*Provided entries:*

- - -

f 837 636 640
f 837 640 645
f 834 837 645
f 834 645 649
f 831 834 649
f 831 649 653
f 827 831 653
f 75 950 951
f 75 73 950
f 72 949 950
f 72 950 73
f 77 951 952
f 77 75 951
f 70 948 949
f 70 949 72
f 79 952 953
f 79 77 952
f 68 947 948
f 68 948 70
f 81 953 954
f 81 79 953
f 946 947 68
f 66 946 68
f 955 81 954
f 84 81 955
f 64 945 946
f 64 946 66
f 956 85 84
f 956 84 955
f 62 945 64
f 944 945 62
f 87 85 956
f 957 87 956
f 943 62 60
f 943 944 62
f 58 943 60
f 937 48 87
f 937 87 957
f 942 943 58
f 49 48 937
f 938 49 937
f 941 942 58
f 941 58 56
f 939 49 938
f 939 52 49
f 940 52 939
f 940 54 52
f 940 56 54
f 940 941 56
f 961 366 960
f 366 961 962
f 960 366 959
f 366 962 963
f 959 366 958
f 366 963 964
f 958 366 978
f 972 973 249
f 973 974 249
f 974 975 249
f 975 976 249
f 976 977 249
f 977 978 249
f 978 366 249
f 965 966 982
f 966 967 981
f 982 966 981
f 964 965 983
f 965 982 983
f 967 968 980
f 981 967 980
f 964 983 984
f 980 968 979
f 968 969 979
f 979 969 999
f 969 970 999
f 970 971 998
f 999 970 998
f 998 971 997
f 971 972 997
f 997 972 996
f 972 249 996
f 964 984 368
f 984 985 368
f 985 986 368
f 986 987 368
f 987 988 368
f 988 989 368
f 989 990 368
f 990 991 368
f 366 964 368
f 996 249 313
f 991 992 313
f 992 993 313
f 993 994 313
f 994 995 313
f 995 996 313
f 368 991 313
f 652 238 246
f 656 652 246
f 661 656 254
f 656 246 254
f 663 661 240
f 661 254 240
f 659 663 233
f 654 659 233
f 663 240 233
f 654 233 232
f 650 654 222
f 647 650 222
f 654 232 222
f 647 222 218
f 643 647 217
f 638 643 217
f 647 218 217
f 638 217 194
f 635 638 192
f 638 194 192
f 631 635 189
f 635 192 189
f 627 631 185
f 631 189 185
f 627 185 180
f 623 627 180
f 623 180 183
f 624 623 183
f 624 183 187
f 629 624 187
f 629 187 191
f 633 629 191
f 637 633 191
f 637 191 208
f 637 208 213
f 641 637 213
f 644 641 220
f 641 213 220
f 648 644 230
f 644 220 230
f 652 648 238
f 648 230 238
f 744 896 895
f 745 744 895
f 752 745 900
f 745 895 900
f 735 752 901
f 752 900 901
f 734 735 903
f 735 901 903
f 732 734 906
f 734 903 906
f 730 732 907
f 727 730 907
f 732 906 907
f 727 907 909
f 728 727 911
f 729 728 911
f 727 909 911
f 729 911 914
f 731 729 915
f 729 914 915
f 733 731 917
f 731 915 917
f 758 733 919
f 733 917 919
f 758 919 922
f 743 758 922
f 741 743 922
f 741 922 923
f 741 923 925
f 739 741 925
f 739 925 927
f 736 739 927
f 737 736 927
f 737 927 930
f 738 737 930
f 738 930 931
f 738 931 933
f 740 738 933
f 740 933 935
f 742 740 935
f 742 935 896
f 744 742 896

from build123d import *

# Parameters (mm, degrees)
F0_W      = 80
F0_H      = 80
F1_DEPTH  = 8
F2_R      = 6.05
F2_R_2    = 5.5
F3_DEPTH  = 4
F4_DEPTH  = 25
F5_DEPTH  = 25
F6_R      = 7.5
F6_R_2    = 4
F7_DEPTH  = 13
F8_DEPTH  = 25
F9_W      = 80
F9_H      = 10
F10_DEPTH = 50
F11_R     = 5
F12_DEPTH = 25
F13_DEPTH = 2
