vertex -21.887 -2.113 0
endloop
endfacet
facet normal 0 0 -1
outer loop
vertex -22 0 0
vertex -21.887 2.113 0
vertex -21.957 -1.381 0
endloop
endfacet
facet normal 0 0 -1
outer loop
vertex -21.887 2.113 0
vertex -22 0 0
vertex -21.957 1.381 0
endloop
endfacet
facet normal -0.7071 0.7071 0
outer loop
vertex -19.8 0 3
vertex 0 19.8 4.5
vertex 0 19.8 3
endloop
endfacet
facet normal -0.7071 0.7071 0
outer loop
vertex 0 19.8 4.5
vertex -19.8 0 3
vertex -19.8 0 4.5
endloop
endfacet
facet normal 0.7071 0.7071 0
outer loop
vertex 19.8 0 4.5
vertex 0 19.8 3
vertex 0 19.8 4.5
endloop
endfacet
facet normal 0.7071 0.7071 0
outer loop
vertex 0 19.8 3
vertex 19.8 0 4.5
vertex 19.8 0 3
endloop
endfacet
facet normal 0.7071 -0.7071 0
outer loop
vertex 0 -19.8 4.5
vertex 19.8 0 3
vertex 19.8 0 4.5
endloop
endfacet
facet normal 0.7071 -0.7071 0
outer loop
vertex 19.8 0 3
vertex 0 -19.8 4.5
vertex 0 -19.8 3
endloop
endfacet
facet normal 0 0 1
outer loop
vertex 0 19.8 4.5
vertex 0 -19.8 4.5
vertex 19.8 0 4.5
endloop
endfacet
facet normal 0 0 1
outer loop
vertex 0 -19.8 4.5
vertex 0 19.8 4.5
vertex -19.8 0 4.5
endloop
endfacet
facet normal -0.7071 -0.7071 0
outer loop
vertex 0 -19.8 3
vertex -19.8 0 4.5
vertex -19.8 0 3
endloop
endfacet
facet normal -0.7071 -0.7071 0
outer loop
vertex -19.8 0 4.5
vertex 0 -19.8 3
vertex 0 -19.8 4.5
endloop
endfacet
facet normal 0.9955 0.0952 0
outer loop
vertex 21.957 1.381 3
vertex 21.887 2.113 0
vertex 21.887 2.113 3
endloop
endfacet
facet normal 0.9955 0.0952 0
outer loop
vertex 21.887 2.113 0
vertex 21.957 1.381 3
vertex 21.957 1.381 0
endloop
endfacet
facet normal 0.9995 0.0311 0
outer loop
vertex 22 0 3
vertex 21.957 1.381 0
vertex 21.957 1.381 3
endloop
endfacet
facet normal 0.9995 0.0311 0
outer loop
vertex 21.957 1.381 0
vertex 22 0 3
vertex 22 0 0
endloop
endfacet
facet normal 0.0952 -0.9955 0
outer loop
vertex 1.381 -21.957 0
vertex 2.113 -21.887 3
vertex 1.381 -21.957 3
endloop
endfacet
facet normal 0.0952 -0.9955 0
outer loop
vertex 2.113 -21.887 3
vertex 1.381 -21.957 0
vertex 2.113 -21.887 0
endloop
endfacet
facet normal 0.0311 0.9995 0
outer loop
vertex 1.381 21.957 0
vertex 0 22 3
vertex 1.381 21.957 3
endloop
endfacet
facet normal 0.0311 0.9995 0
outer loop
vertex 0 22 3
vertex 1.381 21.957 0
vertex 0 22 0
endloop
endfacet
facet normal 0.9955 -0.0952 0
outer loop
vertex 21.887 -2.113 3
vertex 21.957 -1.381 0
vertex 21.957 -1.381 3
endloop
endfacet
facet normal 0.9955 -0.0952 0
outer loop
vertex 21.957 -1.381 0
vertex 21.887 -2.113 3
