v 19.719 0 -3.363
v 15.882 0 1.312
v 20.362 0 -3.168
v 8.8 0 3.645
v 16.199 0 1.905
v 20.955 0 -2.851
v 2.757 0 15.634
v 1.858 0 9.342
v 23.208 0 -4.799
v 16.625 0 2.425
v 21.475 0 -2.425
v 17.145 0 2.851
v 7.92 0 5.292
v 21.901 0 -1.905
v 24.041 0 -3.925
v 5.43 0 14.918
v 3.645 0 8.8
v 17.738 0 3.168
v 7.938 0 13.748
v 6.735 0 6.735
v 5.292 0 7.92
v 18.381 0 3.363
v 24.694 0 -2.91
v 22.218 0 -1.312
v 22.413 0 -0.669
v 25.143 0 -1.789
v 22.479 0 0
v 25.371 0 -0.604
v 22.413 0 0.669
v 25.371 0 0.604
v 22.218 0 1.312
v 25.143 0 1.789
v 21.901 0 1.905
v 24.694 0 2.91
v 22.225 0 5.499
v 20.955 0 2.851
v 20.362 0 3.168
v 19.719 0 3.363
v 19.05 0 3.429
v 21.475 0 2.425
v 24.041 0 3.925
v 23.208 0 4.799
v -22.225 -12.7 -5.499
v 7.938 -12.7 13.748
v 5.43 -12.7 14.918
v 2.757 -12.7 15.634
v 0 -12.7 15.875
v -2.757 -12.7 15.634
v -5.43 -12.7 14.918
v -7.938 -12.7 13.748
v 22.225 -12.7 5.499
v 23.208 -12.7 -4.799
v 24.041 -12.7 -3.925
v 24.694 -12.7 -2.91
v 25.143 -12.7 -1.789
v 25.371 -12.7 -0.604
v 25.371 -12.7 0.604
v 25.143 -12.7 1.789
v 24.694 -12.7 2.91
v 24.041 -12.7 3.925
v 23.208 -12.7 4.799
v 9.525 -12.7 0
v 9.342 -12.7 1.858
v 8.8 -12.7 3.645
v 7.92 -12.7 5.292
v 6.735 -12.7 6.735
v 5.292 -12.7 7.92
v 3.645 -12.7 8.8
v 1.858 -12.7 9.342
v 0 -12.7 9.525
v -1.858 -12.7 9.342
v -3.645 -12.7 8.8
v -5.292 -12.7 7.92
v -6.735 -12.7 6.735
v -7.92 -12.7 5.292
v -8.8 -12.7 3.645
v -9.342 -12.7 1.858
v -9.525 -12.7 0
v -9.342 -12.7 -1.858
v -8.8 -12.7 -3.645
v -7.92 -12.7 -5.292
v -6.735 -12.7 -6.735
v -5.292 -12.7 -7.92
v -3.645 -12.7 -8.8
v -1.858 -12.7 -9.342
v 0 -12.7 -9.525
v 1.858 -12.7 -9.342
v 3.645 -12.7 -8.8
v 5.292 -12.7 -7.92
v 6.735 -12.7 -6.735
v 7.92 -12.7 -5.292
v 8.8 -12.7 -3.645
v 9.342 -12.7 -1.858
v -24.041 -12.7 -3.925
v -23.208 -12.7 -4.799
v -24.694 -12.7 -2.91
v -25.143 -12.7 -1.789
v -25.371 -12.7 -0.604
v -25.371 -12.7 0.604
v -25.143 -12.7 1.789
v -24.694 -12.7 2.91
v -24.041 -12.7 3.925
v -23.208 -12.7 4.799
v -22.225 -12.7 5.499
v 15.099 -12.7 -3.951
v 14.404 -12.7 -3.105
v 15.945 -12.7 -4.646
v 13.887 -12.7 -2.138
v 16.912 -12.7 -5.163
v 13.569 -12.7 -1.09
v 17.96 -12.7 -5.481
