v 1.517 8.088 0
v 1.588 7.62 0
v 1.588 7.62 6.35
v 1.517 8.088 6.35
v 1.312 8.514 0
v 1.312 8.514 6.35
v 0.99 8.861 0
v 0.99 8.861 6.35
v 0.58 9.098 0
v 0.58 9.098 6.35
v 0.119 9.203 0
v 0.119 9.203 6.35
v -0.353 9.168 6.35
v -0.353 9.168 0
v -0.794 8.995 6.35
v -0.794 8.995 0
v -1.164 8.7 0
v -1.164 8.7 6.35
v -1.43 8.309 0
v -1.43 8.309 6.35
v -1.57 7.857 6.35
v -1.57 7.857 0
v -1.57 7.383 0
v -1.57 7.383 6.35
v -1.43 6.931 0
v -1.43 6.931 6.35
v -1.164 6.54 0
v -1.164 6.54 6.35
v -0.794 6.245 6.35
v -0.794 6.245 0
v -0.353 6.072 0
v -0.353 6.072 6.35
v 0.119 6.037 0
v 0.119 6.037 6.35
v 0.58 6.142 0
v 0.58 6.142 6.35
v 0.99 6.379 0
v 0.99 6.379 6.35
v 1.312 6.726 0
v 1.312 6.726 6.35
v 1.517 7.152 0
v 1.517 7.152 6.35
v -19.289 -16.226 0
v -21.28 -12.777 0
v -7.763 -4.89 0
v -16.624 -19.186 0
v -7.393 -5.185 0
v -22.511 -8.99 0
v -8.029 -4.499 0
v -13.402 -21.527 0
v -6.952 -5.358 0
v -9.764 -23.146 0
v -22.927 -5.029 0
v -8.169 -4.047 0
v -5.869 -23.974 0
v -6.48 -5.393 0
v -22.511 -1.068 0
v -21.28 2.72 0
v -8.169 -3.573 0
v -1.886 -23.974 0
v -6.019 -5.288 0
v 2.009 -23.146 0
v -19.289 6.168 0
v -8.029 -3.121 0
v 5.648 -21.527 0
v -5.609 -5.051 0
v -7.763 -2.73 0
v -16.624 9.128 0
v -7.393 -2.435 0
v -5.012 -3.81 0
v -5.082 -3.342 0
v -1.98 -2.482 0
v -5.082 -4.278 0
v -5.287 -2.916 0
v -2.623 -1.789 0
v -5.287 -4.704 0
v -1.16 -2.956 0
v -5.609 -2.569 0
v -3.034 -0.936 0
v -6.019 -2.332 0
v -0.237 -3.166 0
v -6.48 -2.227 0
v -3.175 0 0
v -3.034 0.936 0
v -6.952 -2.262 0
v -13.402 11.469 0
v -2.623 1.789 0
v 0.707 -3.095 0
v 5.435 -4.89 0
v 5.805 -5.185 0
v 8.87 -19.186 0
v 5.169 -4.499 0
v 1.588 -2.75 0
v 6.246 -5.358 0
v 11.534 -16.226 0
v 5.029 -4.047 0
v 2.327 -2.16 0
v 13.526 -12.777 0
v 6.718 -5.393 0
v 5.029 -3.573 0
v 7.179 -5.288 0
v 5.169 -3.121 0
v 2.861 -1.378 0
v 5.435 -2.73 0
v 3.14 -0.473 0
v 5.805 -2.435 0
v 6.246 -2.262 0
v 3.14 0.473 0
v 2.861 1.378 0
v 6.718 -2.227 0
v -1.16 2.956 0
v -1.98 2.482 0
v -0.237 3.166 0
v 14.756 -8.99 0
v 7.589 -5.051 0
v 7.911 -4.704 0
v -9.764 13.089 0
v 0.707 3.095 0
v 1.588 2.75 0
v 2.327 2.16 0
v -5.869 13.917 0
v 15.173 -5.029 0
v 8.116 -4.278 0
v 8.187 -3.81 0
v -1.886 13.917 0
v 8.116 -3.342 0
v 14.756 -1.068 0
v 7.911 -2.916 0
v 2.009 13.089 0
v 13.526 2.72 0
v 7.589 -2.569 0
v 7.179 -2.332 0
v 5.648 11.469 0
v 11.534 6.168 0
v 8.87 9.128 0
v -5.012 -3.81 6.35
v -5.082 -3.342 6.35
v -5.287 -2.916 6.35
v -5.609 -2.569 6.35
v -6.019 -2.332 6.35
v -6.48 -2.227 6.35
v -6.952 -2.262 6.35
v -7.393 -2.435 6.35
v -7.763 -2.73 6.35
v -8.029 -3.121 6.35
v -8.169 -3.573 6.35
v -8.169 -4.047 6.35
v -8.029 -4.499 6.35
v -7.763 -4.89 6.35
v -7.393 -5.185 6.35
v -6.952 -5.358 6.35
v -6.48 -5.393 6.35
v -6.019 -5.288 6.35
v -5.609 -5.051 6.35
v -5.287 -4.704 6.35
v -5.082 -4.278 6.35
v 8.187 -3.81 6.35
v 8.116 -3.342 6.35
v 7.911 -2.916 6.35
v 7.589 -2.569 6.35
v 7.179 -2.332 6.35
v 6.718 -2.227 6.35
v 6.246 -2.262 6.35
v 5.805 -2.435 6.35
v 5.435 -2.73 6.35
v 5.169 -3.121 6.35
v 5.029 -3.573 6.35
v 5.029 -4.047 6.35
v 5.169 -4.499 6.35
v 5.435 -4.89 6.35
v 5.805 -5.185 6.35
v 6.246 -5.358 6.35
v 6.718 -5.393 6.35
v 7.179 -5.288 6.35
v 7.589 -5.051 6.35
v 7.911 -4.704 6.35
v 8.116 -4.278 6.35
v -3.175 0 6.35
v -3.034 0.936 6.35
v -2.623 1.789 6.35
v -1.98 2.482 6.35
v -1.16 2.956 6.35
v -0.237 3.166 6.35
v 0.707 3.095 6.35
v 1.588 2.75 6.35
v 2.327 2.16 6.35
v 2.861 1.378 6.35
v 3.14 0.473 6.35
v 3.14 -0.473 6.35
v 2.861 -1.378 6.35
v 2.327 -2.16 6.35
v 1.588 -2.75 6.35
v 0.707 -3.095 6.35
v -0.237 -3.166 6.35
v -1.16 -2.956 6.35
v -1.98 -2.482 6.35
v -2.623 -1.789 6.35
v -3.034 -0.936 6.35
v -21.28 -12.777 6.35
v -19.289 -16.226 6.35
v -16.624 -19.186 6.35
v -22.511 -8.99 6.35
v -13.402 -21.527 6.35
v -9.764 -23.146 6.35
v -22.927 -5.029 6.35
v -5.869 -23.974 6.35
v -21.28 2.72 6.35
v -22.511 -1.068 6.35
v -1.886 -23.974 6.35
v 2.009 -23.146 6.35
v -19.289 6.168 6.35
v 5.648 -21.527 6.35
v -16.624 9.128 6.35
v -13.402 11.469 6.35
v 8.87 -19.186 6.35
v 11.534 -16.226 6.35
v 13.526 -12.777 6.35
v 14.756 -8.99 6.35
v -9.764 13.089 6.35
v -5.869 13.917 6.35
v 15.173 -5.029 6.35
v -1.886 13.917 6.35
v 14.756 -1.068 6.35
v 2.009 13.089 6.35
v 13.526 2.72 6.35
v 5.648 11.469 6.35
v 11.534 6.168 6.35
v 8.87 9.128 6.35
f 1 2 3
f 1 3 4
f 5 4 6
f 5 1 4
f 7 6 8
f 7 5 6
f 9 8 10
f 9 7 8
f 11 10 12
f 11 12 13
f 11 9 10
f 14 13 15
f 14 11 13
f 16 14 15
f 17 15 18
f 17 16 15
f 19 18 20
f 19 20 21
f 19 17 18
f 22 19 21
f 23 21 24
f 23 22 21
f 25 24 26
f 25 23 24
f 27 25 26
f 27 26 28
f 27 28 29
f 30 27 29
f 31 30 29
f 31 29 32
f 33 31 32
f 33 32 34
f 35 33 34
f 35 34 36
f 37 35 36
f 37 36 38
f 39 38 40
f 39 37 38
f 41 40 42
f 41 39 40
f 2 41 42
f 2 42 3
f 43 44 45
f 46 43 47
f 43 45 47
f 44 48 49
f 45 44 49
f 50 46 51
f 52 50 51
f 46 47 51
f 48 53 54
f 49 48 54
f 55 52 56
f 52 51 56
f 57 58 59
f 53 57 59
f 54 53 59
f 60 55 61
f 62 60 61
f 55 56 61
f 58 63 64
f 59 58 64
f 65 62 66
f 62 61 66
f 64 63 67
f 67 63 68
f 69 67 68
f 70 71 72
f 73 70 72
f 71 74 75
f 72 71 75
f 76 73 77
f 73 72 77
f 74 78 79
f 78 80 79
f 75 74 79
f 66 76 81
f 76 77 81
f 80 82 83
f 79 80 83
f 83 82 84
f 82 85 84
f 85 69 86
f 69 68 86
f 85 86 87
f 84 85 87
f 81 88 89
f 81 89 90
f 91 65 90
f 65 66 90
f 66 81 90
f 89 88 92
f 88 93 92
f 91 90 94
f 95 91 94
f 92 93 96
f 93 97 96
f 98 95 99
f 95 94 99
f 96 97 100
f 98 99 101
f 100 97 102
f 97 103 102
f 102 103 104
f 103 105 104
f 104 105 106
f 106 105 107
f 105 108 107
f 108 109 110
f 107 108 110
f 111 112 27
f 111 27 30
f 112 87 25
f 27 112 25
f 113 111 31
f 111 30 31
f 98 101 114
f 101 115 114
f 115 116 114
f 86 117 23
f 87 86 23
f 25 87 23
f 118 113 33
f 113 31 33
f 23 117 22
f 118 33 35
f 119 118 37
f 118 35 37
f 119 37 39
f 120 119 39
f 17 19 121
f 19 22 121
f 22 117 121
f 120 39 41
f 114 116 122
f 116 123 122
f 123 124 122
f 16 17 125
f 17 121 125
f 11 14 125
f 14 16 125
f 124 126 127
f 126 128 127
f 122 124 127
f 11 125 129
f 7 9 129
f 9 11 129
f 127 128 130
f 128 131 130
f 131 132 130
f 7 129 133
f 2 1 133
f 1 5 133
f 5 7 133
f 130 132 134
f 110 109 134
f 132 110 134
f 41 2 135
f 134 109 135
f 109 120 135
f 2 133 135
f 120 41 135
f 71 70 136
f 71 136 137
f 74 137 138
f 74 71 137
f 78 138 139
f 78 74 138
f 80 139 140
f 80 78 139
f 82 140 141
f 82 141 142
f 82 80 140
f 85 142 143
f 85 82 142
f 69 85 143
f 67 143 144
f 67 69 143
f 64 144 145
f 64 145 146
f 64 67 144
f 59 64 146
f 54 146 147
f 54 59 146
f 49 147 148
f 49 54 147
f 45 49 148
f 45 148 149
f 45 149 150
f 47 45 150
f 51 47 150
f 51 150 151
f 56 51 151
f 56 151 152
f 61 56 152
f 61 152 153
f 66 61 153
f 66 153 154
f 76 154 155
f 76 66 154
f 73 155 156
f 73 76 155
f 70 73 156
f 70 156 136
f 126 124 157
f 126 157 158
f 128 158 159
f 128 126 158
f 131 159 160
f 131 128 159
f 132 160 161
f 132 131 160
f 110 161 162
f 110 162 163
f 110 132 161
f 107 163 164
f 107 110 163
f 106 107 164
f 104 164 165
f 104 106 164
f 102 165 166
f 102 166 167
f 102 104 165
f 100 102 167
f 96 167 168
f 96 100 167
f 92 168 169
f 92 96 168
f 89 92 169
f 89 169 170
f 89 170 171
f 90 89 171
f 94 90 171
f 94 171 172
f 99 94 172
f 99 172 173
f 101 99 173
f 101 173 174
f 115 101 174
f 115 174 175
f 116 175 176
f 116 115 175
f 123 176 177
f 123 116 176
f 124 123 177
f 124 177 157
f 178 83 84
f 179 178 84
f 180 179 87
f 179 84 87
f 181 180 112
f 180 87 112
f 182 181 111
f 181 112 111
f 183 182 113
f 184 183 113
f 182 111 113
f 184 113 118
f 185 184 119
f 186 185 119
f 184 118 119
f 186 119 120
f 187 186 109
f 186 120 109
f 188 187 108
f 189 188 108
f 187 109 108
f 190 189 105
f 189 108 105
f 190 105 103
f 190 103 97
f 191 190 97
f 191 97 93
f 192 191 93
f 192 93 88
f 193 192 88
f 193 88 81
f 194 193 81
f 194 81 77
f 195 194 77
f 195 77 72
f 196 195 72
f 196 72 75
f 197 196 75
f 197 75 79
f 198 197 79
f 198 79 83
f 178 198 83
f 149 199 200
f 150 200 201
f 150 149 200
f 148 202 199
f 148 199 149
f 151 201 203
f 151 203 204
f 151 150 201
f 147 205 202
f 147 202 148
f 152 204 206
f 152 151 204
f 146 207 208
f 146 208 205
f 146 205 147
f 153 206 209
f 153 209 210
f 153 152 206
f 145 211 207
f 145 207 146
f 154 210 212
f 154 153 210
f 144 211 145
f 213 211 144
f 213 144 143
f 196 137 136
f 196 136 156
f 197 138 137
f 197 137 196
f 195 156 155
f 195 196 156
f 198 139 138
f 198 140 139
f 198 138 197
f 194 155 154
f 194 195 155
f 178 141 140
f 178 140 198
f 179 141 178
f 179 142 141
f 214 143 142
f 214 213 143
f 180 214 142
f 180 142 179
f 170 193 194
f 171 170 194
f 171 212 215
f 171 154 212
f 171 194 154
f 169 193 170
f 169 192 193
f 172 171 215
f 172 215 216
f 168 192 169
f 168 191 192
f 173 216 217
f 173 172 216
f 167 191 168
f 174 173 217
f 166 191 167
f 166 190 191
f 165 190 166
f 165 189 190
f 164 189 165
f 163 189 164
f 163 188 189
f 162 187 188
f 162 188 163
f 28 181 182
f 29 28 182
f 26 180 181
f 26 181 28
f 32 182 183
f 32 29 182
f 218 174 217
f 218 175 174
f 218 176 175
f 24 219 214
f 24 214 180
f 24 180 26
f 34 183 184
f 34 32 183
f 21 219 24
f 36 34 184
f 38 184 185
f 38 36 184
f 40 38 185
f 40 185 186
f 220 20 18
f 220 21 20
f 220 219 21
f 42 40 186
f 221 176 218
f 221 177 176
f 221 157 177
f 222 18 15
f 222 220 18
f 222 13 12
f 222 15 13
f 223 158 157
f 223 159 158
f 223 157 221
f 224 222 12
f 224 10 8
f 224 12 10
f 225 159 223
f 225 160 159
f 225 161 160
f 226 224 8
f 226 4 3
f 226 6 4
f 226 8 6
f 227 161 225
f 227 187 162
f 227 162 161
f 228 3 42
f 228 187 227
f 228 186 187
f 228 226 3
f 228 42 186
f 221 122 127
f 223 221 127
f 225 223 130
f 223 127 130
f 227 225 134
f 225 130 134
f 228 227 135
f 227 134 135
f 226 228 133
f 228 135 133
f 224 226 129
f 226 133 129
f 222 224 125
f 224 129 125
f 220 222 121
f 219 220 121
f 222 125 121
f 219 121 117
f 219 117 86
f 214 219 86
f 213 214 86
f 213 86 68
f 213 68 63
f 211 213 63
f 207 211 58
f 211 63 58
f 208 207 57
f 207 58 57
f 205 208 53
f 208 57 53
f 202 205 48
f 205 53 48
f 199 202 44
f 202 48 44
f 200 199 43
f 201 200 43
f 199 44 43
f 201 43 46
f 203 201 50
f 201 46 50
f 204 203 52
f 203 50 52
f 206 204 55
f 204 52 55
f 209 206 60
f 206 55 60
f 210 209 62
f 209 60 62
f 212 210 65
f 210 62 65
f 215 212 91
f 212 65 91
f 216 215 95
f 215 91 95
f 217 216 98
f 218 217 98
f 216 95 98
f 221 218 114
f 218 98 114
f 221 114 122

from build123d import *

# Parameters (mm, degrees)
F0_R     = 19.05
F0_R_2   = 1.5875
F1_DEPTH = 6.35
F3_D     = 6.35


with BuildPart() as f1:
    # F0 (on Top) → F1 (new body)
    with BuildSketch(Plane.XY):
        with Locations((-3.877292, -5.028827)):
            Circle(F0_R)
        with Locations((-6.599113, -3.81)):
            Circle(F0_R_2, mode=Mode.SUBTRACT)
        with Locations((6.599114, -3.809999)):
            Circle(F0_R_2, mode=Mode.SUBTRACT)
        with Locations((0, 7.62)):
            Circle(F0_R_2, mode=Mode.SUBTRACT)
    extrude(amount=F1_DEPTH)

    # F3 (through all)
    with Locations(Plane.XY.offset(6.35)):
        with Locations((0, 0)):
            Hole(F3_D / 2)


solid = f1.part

- - -

Write out only the lines that run from the line containing "f 996 249 313" through the line containing "f 744 742 896", both included, exactly as they appear above.

f 996 249 313
f 991 992 313
f 992 993 313
f 993 994 313
f 994 995 313
f 995 996 313
f 368 991 313
f 652 238 246
f 656 652 246
f 661 656 254
f 656 246 254
f 663 661 240
f 661 254 240
f 659 663 233
f 654 659 233
f 663 240 233
f 654 233 232
f 650 654 222
f 647 650 222
f 654 232 222
f 647 222 218
f 643 647 217
f 638 643 217
f 647 218 217
f 638 217 194
f 635 638 192
f 638 194 192
f 631 635 189
f 635 192 189
f 627 631 185
f 631 189 185
f 627 185 180
f 623 627 180
f 623 180 183
f 624 623 183
f 624 183 187
f 629 624 187
f 629 187 191
f 633 629 191
f 637 633 191
f 637 191 208
f 637 208 213
f 641 637 213
f 644 641 220
f 641 213 220
f 648 644 230
f 644 220 230
f 652 648 238
f 648 230 238
f 744 896 895
f 745 744 895
f 752 745 900
f 745 895 900
f 735 752 901
f 752 900 901
f 734 735 903
f 735 901 903
f 732 734 906
f 734 903 906
f 730 732 907
f 727 730 907
f 732 906 907
f 727 907 909
f 728 727 911
f 729 728 911
f 727 909 911
f 729 911 914
f 731 729 915
f 729 914 915
f 733 731 917
f 731 915 917
f 758 733 919
f 733 917 919
f 758 919 922
f 743 758 922
f 741 743 922
f 741 922 923
f 741 923 925
f 739 741 925
f 739 925 927
f 736 739 927
f 737 736 927
f 737 927 930
f 738 737 930
f 738 930 931
f 738 931 933
f 740 738 933
f 740 933 935
f 742 740 935
f 742 935 896
f 744 742 896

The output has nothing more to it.